You are viewing a plain text version of this content. The canonical link for it is here.
Posted to commits@tajo.apache.org by Apache Wiki <wi...@apache.org> on 2013/06/13 10:55:47 UTC
[Tajo Wiki] Update of "Architecture" by HyunsikChoi
Dear Wiki user,
You have subscribed to a wiki page or wiki category on "Tajo Wiki" for change notification.
The "Architecture" page has been changed by HyunsikChoi:
http://wiki.apache.org/tajo/Architecture
Comment:
initial draft
New page:
= Terminology =
* Execution Block - A distributed query plan consists of a tree of execution blocks. In other words, a logical plan of a query statement is broken into multiple parts, each of which is included in an execution block. Each execution block is a distributed processing phase which is similar to map or reduce phase in MapReduce. A number of tasks are created with the logical plan and control flags of an execution block.
* SubQuery - It is a control instance and a state machine for an execution block.
* QueryUnit (Task) - QueryUnit indicates a Task. In the design stage, we named QueryUnit to indicate a task. Recently, we are changing QueryUnit to Task.
* QueryUnitAttempt - Like MapReduce, each running query unit (task) has an attempt instance and an attempt id. A task can be restarted if it is failed. So, we need a way to identify failed or succeeded tasks.
== TaskRunnerLaunchImpl class ==
The main objective of TaskRunnerLaunchImpl is to launch TaskRunner through Yarn's ContainerManager. TaskRunnerLaunchImpl handles two events CONTAINER_REMOTE_LAUNCH and CONTAINER_REMOTE_CLEANUP, which lead to launching a TaskRunner and killing a running TaskRunner respectively. These events come from SubQuery::allocateContainers(SubQuery) method.
== Task ==
In TaskRunner, a Task is created from the response (QueryUnitRequest) of 'getTask()' rpc call. Task contains three main attributes as follows:
* A logical plan of an execution block which created the task.
* A fragment - an input path, an offset range, and schema. This is available only if the execution is leaf.
* Fetch URIs - HTTP URIs to fetch the results processed by TaskRunners of the previous execution block. This is available only if the execution is non-leaf.

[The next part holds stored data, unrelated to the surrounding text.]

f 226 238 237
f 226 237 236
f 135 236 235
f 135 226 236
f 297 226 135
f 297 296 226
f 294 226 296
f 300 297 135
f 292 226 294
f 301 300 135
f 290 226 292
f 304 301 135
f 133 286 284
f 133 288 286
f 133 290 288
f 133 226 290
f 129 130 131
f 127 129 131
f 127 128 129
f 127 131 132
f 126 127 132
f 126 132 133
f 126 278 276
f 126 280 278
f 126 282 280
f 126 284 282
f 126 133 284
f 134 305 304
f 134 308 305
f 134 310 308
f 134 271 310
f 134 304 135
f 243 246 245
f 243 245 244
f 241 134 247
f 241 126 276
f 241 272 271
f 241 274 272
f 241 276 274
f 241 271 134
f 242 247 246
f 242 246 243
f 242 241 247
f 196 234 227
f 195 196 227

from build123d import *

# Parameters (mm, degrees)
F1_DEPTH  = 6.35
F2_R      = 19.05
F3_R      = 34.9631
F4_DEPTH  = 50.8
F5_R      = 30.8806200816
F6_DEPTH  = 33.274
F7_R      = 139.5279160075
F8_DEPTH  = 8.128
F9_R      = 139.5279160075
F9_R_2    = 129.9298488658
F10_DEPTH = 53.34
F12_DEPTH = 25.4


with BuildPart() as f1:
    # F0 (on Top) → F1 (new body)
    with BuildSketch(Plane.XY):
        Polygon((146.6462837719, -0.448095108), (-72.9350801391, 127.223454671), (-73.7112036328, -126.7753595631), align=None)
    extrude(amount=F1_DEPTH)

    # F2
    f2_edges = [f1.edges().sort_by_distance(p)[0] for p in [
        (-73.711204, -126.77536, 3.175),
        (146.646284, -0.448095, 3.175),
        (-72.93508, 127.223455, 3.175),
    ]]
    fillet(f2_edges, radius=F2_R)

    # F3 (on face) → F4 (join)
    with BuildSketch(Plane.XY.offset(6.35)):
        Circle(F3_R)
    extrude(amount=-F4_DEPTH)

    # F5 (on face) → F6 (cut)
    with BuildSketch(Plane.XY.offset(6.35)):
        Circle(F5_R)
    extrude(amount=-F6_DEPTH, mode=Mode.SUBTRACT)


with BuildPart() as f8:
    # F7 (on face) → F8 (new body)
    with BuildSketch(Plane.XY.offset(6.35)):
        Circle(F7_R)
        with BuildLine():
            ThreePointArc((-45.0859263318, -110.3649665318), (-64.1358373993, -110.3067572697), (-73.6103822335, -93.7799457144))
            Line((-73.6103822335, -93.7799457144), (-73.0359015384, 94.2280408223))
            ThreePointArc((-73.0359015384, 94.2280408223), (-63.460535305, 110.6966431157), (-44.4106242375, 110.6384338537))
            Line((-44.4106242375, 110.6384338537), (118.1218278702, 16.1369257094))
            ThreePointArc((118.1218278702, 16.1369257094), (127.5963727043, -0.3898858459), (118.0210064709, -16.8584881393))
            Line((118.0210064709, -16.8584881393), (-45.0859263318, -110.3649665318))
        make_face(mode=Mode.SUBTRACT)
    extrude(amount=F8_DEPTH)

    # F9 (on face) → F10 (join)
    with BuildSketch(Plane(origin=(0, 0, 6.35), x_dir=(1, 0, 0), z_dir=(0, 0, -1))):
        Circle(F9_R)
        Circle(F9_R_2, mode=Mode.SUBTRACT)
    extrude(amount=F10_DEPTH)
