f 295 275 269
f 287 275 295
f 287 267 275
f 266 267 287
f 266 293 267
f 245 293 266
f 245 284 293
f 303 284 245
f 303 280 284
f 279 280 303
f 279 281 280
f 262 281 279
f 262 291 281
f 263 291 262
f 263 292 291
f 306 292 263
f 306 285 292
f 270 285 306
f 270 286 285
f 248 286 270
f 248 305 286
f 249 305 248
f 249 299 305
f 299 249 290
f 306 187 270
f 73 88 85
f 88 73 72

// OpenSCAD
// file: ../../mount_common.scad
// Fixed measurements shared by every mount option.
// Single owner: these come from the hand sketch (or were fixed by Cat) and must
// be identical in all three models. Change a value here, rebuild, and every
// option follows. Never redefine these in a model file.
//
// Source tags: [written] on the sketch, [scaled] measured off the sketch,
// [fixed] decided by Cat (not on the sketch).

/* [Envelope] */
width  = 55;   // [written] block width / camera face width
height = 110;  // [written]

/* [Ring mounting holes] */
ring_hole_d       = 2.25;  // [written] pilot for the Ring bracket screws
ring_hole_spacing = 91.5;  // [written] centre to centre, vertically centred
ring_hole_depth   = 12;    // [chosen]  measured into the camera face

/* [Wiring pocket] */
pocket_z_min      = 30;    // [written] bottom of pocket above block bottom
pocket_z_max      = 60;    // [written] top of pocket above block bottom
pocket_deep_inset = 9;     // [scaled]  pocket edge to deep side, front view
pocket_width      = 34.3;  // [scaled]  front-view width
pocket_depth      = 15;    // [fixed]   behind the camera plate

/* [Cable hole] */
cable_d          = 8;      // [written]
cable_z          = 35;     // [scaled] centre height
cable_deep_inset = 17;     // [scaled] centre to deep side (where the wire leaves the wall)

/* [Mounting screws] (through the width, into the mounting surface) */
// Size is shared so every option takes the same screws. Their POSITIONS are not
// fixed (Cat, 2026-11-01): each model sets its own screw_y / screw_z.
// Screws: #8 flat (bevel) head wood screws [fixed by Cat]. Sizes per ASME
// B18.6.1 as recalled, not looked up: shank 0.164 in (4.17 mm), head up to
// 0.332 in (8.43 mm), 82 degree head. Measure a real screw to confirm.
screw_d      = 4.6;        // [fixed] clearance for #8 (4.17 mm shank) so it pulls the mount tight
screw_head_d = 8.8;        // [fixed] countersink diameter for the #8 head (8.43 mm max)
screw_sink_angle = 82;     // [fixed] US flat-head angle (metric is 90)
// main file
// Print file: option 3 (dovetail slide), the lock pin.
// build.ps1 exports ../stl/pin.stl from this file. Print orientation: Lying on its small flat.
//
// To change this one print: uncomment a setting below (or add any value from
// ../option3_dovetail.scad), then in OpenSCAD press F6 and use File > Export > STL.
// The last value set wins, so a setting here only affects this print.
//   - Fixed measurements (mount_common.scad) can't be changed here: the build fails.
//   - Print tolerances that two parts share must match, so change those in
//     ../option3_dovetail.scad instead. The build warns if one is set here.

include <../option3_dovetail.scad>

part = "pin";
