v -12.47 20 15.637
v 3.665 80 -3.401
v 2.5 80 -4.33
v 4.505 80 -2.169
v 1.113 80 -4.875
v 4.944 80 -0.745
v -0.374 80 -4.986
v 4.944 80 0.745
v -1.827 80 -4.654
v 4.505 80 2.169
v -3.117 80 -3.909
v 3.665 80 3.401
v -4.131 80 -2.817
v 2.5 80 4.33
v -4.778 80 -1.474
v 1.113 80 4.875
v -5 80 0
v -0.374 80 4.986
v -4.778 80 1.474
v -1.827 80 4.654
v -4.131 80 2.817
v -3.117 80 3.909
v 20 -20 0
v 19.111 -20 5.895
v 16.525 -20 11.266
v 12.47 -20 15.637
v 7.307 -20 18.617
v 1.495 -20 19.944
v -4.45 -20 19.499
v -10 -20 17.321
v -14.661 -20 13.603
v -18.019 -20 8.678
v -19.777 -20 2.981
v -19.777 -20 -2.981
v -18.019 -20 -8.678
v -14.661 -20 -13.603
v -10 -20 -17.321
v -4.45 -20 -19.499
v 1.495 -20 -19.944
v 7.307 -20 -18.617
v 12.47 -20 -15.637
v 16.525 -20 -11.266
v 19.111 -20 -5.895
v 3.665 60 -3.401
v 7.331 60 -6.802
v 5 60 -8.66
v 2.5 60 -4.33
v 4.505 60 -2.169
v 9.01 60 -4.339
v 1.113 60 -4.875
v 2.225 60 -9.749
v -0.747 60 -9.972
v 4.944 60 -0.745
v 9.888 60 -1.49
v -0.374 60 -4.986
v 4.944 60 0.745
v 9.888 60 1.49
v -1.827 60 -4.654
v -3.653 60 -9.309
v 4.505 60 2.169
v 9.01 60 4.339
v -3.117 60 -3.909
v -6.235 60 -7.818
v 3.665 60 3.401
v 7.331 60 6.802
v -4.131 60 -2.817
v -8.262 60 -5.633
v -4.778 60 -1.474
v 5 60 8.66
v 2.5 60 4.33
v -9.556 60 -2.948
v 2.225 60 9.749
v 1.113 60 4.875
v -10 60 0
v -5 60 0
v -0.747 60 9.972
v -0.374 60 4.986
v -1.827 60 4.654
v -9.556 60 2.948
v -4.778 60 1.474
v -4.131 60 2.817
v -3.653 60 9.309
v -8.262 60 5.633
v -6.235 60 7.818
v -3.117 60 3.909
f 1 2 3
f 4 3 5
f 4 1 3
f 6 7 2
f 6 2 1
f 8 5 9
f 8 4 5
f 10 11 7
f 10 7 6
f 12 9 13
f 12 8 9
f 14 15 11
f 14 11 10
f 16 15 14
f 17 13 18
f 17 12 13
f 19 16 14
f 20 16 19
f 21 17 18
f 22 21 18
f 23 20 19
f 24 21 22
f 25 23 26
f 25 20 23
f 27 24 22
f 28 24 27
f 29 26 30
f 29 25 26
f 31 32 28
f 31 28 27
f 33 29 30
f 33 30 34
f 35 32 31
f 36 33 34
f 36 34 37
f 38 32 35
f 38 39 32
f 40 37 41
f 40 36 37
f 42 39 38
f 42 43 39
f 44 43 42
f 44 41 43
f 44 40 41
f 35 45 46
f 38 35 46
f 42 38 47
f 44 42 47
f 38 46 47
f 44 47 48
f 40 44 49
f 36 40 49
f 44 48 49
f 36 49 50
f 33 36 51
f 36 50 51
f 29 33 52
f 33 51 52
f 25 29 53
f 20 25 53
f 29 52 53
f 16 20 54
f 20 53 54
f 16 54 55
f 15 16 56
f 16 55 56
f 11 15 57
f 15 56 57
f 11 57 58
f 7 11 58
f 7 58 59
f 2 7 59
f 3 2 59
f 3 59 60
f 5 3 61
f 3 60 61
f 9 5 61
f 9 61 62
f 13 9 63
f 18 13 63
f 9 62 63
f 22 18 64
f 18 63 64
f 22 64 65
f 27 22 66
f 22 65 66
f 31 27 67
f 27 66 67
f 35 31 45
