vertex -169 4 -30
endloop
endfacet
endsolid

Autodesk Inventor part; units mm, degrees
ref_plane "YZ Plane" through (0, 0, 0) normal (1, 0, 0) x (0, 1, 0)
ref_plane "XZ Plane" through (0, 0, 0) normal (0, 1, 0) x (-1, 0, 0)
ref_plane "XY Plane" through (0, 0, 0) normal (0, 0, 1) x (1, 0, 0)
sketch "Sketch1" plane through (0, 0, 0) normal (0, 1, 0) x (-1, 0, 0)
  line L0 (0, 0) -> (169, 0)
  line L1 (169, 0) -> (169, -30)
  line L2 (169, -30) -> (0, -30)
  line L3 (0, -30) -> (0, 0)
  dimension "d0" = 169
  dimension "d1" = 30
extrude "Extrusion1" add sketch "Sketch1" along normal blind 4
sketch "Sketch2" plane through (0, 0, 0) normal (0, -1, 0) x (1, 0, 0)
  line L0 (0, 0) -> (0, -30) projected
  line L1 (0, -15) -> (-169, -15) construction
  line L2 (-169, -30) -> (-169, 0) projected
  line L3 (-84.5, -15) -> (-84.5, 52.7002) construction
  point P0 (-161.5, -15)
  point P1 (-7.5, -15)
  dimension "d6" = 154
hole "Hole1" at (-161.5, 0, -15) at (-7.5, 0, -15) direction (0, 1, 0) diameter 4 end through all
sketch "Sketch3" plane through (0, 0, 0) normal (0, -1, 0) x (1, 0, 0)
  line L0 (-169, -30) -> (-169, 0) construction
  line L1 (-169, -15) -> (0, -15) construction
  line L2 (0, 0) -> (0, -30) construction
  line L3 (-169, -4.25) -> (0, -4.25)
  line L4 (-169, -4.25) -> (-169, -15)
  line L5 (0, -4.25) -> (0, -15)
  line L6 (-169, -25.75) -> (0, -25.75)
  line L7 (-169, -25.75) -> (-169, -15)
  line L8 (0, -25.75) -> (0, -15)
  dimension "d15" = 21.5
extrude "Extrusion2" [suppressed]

Initially, a Task registers fetch URIs to fetchLauncher (ExecutorService) in order to pull data, and it restore a logical plan. Then, a physical operator tree is created from the logical plan via PhysicalPlannerImpl. Finally, Task::run() method is called, and then Task's status is changed to RUNNING.
Also, a running Task periodically sends a statusUpdate report to TaskRunnerListener via RPC. A StatusUpdate report includes a status and some statistics of the running task. If the running task is failed, TaskRunner sends a message 'fatal' to TaskRunnerListenerImpl. If the task is completed, TaskRunner sends a message 'done' to TaskRunnerListenerImpl.
== TaskRunner ==
For each execution block, TaskRunner is launched by Yarn's ContainerManager. TaskRunner processes a Task at a time. If TaskRunner has an available slot, it sends 'getTask' to TaskRunnerListner. If TaskRunner receives the response (QueryUnitRequest) of 'getTask' message, TaskRunner creates an instance of Task from the response.
== TaskListenerImpl ==
It receives messages sent from a number of TaskRunners. It passes the received message as events to some event handlers, such as QueryUnitAttempt and TaskScheduler.
In the current implementation, there are four messages as follows:
* getTask
* When a TaskRunner has an empty slot, the TaskRunner sends this message to the TaskListenerImpl. This message is transformed to a TaskRequestEvent which is passed to the TaskSchedulerImpl$TaskRequests instance.
* statusUpdate
* This message is periodically received from a TaskRunner via RPC. This message is transformed to a TaskAttemptStatusUpdateEvent which is passed to the QueryUnitAttempt instance corresponding to the identifier included in the statusUpdate message.
* done
* When a task attempt is completed, a TaskRunner sends this message to the TaskListenerImpl via RPC. This message is transformed to a TaskCompletionEvent which is passed to the QueryUnitAttempt instance corresponding to the identifier included in the done message.
* fatal
* When a task is failed, a TaskRunner sends this message to the TaskListenerImpl via RPC. This message is transformed to a TaskFatalErrorEvent which is also passed to the QueryUnitAttempt instance corresponding to the identifier included in the fatal message.